RNA GUIDed Drug Design

miR are inhibitory post-transcriptional regulators. Pathological miR misexpression is often inversely correlated with pathological miR-target-transcript misexpression — as such many miR have been indicated as innately combinational therapeutic drug targets, regulating networks of related misexpressed transcripts. 

6 companies have brought miR-targeting biologics to clinical trial, including a miR-29 oligonucleotide mimic (Remlarsen). The intrinsically poor bioavailability of oligonucleotides has hampered further clinical development.  In contrast, Azor Biotek's miR-29-targeted small molecules are selected for optimized bioavailability and specificity.

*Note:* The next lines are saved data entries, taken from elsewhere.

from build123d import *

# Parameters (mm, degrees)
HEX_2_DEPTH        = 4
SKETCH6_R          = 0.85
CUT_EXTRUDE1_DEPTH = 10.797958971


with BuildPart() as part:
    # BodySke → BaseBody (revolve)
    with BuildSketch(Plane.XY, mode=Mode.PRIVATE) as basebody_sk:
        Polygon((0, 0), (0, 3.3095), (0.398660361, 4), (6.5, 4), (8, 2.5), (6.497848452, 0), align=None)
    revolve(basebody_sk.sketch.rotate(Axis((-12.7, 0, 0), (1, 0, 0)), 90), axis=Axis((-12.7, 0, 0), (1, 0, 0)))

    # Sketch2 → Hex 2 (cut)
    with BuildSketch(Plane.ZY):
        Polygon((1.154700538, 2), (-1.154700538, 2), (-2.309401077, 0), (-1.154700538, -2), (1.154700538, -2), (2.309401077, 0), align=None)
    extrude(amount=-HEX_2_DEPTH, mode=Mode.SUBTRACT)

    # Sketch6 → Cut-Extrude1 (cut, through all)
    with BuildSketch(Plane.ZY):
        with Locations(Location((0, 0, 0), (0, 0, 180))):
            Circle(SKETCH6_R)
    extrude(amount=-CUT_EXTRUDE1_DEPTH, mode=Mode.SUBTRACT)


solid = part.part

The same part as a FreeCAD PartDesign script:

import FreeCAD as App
import Part
import Sketcher
from FreeCAD import Vector
Q = App.Units.Quantity


def add_polygon(sketch, points):
    """Adds a closed chain of lines whose ends are joined by coincident constraints."""
    first, n = sketch.GeometryCount, len(points)
    for a, b in zip(points, points[1:] + points[:1]):
        sketch.addGeometry(Part.LineSegment(App.Vector(*a, 0), App.Vector(*b, 0)), False)
    for i in range(n):
        sketch.addConstraint(Sketcher.Constraint("Coincident", first + i, 2, first + (i + 1) % n, 1))

doc = App.newDocument("Part")
params = doc.addObject("Spreadsheet::Sheet", "Params")
for row, (alias, value) in enumerate([
    ("revolution_angle", "360 deg"),
    ("pocket1_length", "4 mm"),
    ("sketch3_diameter", "1.7 mm"),
], start=1):
    params.set(f"A{row}", alias)
    params.set(f"B{row}", "=" + value)
    params.setAlias(f"B{row}", alias)

body = doc.addObject("PartDesign::Body", "Body")

# Sketch on XY plane
sketch1 = doc.addObject("Sketcher::SketchObject", "Sketch")
body.addObject(sketch1)
sketch1.AttachmentSupport = (doc.XY_Plane, [""])
sketch1.MapMode = "FlatFace"
add_polygon(sketch1, [(0, 3.3), (0, 0), (6.5, 0), (8, 2.5), (6.5, 4), (0.4, 4)])  # lines 0-5
sketch1.addConstraint([
    Sketcher.Constraint("Vertical", 0),
    Sketcher.Constraint("Horizontal", 1),
    Sketcher.Constraint("Horizontal", 4),
    Sketcher.Constraint("Coincident", 0, 2, -1, 1),
    Sketcher.Constraint("Angle", 2, Q("59 deg")),
    Sketcher.Constraint("Angle", 3, Q("135 deg")),
    Sketcher.Constraint("Angle", 5, Q("-120 deg")),
    Sketcher.Constraint("DistanceX", -1, 1, 2, 2, Q("8 mm")),
    Sketcher.Constraint("DistanceY", -1, 1, 3, 2, Q("4 mm")),
    Sketcher.Constraint("DistanceY", -1, 1, 2, 2, Q("2.5 mm")),
    Sketcher.Constraint("DistanceY", 0, 2, 0, 1, Q("3.3095 mm")),
])
revolution = doc.addObject("PartDesign::Revolution", "Revolution")
body.addObject(revolution)
revolution.Profile = sketch1
revolution.ReferenceAxis = (sketch1, ["H_Axis"])
revolution.setExpression("Angle", "Params.revolution_angle")

# Sketch on YZ plane
sketch2 = doc.addObject("Sketcher::SketchObject", "Sketch001")
body.addObject(sketch2)
sketch2.AttachmentSupport = (doc.YZ_Plane, [""])
sketch2.MapMode = "FlatFace"
add_polygon(sketch2, [(2, 1.2), (2, -1.2), (0, -2.3), (-2, -1.2), (-2, 1.2), (0, 2.3)])  # lines 0-5
sketch2.addConstraint([
    Sketcher.Constraint("Vertical", 0),
    Sketcher.Constraint("Vertical", 3),
    Sketcher.Constraint("Symmetric", 0, 2, 3, 2, -1, 1),
    Sketcher.Constraint("Symmetric", 1, 2, 4, 2, -1, 1),
    Sketcher.Constraint("PointOnObject", 1, 2, -2),
    Sketcher.Constraint("Parallel", 2, 5),
    Sketcher.Constraint("Horizontal", 0, 2, 2, 2),
    Sketcher.Constraint("Angle", 1, Q("-150 deg")),
    Sketcher.Constraint("DistanceX", -1, 1, 0, 2, Q("2 mm")),
    Sketcher.Constraint("DistanceY", 0, 2, 0, 1, Q("2.309401 mm")),
])
pocket1 = doc.addObject("PartDesign::Pocket", "Pocket")
body.addObject(pocket1)
pocket1.Profile = sketch2
pocket1.setExpression("Length", "Params.pocket1_length")
pocket1.Reversed = True

# Sketch on YZ plane
sketch3 = doc.addObject("Sketcher::SketchObject", "Sketch002")
body.addObject(sketch3)
sketch3.AttachmentSupport = (doc.YZ_Plane, [""])
sketch3.MapMode = "FlatFace"
sketch3.addGeometry(Part.Circle(Vector(0, 0, 0), Vector(0, 0, 1), 0.8), False)
sketch3.addConstraint([
    Sketcher.Constraint("Coincident", 0, 3, -1, 1),
    Sketcher.Constraint("Diameter", 0, Q("1.7 mm")),
])
sketch3.setExpression("Constraints[1]", "Params.sketch3_diameter")
pocket2 = doc.addObject("PartDesign::Pocket", "Pocket001")
body.addObject(pocket2)
pocket2.Profile = sketch3
pocket2.Type = "ThroughAll"
pocket2.Reversed = True

doc.recompute()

We are developing our miR-29 targeting therapeutics for Parkinson's disease, pulmonary fibrosis (a COVID sequella), and lung cancer.

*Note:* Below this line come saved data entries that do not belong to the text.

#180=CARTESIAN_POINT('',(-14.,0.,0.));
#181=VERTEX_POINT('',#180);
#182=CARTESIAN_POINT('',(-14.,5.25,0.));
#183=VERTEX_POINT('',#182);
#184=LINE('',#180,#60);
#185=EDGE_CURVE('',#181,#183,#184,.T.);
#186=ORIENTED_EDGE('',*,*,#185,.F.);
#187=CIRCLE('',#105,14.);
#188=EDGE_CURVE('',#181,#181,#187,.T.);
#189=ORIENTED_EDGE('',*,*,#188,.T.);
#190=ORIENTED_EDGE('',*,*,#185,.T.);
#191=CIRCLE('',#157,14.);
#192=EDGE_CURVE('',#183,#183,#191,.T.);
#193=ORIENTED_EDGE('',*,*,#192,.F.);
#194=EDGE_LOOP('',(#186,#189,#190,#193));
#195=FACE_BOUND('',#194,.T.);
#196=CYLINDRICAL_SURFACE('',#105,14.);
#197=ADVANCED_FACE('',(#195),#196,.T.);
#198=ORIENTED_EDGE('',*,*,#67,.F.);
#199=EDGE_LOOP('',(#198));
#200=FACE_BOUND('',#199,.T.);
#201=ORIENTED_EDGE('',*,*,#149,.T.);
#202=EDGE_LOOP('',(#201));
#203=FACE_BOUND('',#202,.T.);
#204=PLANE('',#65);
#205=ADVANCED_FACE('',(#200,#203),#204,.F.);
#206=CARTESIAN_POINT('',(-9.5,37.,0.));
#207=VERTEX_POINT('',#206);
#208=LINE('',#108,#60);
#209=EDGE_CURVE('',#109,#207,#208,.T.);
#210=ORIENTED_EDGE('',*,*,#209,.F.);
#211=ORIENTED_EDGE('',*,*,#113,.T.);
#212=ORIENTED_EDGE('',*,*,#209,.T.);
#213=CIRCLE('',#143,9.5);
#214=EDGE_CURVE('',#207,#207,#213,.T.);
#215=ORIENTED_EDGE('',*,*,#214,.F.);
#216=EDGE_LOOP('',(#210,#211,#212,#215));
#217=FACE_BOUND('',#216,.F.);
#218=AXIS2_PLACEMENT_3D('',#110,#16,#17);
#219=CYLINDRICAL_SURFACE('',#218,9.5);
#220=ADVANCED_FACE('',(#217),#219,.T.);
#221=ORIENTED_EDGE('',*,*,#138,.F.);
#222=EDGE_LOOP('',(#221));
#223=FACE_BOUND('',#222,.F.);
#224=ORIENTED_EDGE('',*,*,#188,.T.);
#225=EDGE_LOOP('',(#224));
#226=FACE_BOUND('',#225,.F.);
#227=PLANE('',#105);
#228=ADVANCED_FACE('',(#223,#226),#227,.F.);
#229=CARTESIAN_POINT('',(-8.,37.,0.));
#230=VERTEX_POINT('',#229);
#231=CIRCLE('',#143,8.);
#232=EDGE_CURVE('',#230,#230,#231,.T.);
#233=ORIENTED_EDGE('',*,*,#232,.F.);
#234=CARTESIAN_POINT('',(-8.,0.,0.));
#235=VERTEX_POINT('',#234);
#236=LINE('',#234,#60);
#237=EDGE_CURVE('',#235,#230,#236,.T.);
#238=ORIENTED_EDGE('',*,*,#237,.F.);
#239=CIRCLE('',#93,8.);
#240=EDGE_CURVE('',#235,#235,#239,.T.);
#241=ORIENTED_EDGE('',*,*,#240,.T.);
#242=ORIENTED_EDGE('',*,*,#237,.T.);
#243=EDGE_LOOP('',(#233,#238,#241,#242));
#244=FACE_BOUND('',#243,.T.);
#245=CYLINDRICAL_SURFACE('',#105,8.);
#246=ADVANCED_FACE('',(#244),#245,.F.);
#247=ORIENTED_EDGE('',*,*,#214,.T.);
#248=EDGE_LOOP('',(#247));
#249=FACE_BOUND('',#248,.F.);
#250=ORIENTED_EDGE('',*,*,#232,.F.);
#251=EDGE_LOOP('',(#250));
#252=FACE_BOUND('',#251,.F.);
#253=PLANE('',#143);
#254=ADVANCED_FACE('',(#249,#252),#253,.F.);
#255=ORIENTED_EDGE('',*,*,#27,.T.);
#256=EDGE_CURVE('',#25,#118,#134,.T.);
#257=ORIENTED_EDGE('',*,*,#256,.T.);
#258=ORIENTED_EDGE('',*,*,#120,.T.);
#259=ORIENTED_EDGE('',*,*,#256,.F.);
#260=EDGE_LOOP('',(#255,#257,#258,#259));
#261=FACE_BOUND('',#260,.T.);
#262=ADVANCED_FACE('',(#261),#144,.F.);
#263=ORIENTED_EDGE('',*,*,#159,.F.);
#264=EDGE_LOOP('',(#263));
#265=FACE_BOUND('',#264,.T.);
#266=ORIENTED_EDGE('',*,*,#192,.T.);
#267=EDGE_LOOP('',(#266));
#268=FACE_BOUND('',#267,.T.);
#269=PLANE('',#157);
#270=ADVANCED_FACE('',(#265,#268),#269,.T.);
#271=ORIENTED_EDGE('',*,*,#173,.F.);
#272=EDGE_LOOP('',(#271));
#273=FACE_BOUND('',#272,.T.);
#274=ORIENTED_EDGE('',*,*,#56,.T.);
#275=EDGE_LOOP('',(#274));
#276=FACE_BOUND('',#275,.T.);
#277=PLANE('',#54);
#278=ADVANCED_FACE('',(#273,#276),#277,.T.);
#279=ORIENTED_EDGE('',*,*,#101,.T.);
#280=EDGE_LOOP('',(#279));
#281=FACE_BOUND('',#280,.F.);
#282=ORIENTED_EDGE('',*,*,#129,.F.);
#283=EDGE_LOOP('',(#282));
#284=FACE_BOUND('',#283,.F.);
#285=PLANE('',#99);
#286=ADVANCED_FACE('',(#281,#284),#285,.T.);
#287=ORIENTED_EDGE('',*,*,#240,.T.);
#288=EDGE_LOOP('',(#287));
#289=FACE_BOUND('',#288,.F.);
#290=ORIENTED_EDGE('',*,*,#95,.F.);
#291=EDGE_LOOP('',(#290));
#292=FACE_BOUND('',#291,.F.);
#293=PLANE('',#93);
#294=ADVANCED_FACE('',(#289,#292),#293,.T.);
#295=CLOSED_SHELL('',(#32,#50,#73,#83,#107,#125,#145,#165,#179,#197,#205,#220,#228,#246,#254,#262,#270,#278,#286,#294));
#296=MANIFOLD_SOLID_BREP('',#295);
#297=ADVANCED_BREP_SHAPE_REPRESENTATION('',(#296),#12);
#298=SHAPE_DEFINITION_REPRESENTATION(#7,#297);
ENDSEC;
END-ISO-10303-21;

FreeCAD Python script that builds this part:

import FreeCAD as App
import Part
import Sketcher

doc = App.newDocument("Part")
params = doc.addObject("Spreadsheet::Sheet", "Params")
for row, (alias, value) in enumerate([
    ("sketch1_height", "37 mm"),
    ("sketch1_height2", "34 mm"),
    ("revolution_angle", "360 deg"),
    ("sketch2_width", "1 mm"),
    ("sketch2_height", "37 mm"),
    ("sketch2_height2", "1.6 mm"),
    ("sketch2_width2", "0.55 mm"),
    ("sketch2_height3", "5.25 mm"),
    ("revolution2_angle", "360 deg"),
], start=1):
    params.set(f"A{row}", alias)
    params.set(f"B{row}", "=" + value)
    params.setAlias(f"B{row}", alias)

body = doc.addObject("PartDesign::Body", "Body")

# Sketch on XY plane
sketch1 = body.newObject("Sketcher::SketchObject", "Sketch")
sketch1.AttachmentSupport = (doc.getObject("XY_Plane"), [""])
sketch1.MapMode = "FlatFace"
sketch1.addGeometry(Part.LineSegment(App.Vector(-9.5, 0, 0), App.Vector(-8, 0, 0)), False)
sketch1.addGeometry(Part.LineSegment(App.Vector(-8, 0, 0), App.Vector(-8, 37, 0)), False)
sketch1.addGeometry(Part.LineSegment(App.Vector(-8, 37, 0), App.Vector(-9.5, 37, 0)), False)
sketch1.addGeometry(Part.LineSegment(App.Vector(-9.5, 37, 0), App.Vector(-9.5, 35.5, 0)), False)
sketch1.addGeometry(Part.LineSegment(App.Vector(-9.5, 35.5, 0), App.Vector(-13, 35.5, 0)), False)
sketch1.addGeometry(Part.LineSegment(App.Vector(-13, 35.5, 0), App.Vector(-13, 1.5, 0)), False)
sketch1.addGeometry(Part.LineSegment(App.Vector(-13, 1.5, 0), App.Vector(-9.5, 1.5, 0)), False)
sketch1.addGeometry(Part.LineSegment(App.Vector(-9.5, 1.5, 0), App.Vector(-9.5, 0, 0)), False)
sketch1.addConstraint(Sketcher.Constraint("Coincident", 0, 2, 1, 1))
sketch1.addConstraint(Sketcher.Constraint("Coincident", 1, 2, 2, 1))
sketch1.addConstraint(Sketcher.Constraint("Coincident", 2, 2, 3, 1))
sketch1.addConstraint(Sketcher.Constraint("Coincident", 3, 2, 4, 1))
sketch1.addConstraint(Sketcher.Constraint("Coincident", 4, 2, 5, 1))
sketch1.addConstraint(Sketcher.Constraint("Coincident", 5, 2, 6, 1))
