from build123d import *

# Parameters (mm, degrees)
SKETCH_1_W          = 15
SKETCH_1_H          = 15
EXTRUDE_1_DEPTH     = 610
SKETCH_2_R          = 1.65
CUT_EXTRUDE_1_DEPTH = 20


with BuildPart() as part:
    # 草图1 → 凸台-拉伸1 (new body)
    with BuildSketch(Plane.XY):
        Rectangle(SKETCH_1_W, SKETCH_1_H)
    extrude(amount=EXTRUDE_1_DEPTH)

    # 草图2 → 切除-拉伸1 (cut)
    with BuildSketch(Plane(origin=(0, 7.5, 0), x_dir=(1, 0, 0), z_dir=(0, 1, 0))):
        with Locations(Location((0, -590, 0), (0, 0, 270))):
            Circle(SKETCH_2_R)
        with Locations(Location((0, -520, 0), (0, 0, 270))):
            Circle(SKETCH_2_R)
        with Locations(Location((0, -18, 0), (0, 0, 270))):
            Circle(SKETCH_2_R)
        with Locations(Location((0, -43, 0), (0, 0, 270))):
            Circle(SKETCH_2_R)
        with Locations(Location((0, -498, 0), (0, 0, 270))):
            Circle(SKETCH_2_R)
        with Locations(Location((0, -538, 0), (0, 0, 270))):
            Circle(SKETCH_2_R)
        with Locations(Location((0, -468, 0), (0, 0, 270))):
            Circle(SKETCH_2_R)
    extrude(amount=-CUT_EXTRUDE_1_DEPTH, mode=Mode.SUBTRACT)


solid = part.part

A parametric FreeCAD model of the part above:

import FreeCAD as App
import Part
import Sketcher


def add_polygon(sketch, points):
    """Adds a closed chain of lines whose ends are joined by coincident constraints."""
    first, n = sketch.GeometryCount, len(points)
    for a, b in zip(points, points[1:] + points[:1]):
        sketch.addGeometry(Part.LineSegment(App.Vector(*a, 0), App.Vector(*b, 0)), False)
    for i in range(n):
        sketch.addConstraint(Sketcher.Constraint("Coincident", first + i, 2, first + (i + 1) % n, 1))

doc = App.newDocument("Part")
params = doc.addObject("Spreadsheet::Sheet", "Params")
for row, (alias, value) in enumerate([
    ("sketch1_width", "15 mm"),
    ("pad1_length", "610 mm"),
    ("sketch2_diameter", "3.3 mm"),
    ("pocket1_length", "20 mm"),
], start=1):
    params.set(f"A{row}", alias)
    params.set(f"B{row}", "=" + value)
    params.setAlias(f"B{row}", alias)

body = doc.addObject("PartDesign::Body", "Body")

sketch1 = body.newObject("Sketcher::SketchObject", "Sketch")
sketch1.AttachmentSupport = (doc.getObject("XY_Plane"), [""])
sketch1.MapMode = "FlatFace"
add_polygon(sketch1, [(-8, 8), (-8, -8), (8, -8), (8, 8)])
sketch1.addConstraint([
    Sketcher.Constraint("Vertical", 0),
    Sketcher.Constraint("Horizontal", 1),
    Sketcher.Constraint("Vertical", 2),
    Sketcher.Constraint("Horizontal", 3),
    Sketcher.Constraint("Symmetric", 0, 2, 2, 2, -1, 1),
    Sketcher.Constraint("Equal", 3, 0),
    Sketcher.Constraint("DistanceX", 1, 1, 1, 2, 15.0),
])
sketch1.setExpression("Constraints[10]", "Params.sketch1_width")
pad1 = body.newObject("PartDesign::Pad", "Pad")
pad1.Profile = sketch1
pad1.setExpression("Length", "Params.pad1_length")

sketch2 = body.newObject("Sketcher::SketchObject", "Sketch001")
sketch2.AttachmentSupport = (doc.getObject("XZ_Plane"), [""])
sketch2.MapMode = "FlatFace"
sketch2.AttachmentOffset = App.Placement(App.Vector(0, 0, -7.5), App.Rotation())
sketch2.addGeometry([
    Part.Circle(App.Vector(0, 590, 0), App.Vector(0, 0, 1), 1.6),
    Part.Circle(App.Vector(0, 520, 0), App.Vector(0, 0, 1), 1.6),
    Part.Circle(App.Vector(0, 18, 0), App.Vector(0, 0, 1), 1.6),
    Part.Circle(App.Vector(0, 43, 0), App.Vector(0, 0, 1), 1.6),
    Part.Circle(App.Vector(0, 498, 0), App.Vector(0, 0, 1), 1.6),
    Part.Circle(App.Vector(0, 538, 0), App.Vector(0, 0, 1), 1.6),
    Part.Circle(App.Vector(0, 468, 0), App.Vector(0, 0, 1), 1.6),
], False)
sketch2.addConstraint([
    Sketcher.Constraint("Equal", 0, 1),
    Sketcher.Constraint("Equal", 1, 2),
    Sketcher.Constraint("Equal", 2, 3),
    Sketcher.Constraint("Equal", 3, 4),
    Sketcher.Constraint("Equal", 4, 5),
    Sketcher.Constraint("Equal", 5, 6),
    Sketcher.Constraint("PointOnObject", 0, 3, -2),
    Sketcher.Constraint("PointOnObject", 1, 3, -2),
    Sketcher.Constraint("PointOnObject", 2, 3, -2),
    Sketcher.Constraint("PointOnObject", 3, 3, -2),
    Sketcher.Constraint("PointOnObject", 4, 3, -2),
    Sketcher.Constraint("PointOnObject", 5, 3, -2),
    Sketcher.Constraint("PointOnObject", 6, 3, -2),
    Sketcher.Constraint("Diameter", 0, 3.3),
    Sketcher.Constraint("DistanceY", -1, 1, 0, 3, 590.0),
    Sketcher.Constraint("DistanceY", -1, 1, 1, 3, 520.0),
    Sketcher.Constraint("DistanceY", -1, 1, 2, 3, 18.0),
    Sketcher.Constraint("DistanceY", -1, 1, 3, 3, 43.0),
    Sketcher.Constraint("DistanceY", -1, 1, 4, 3, 498.0),
    Sketcher.Constraint("DistanceY", -1, 1, 5, 3, 538.0),
    Sketcher.Constraint("DistanceY", -1, 1, 6, 3, 468.0),
])
sketch2.setExpression("Constraints[13]", "Params.sketch2_diameter")
pocket1 = body.newObject("PartDesign::Pocket", "Pocket")
pocket1.Profile = sketch2
pocket1.setExpression("Length", "Params.pocket1_length")
pocket1.Reversed = True

doc.recompute()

If a curative therapeutic is developed for Parkinson's it would see widespread adoption, completely disrupting the $7B market and improve patient outcomes of >5% of senior citizens globally. Similarly, a more effective pulmonary fibrosis therapeutic would capture that $5B market, and expand it in proportion with improved prognosis. Other medical conditions indicated for miR-29 have a combined (though less readily addressable) market of >$500B. 

Other miR species have been indicated as targets for a multitude of common conditions, and our platform is not limited to miR — the total potential market for RNA-targeting therapeutics designed with our technology is inconceivably vast.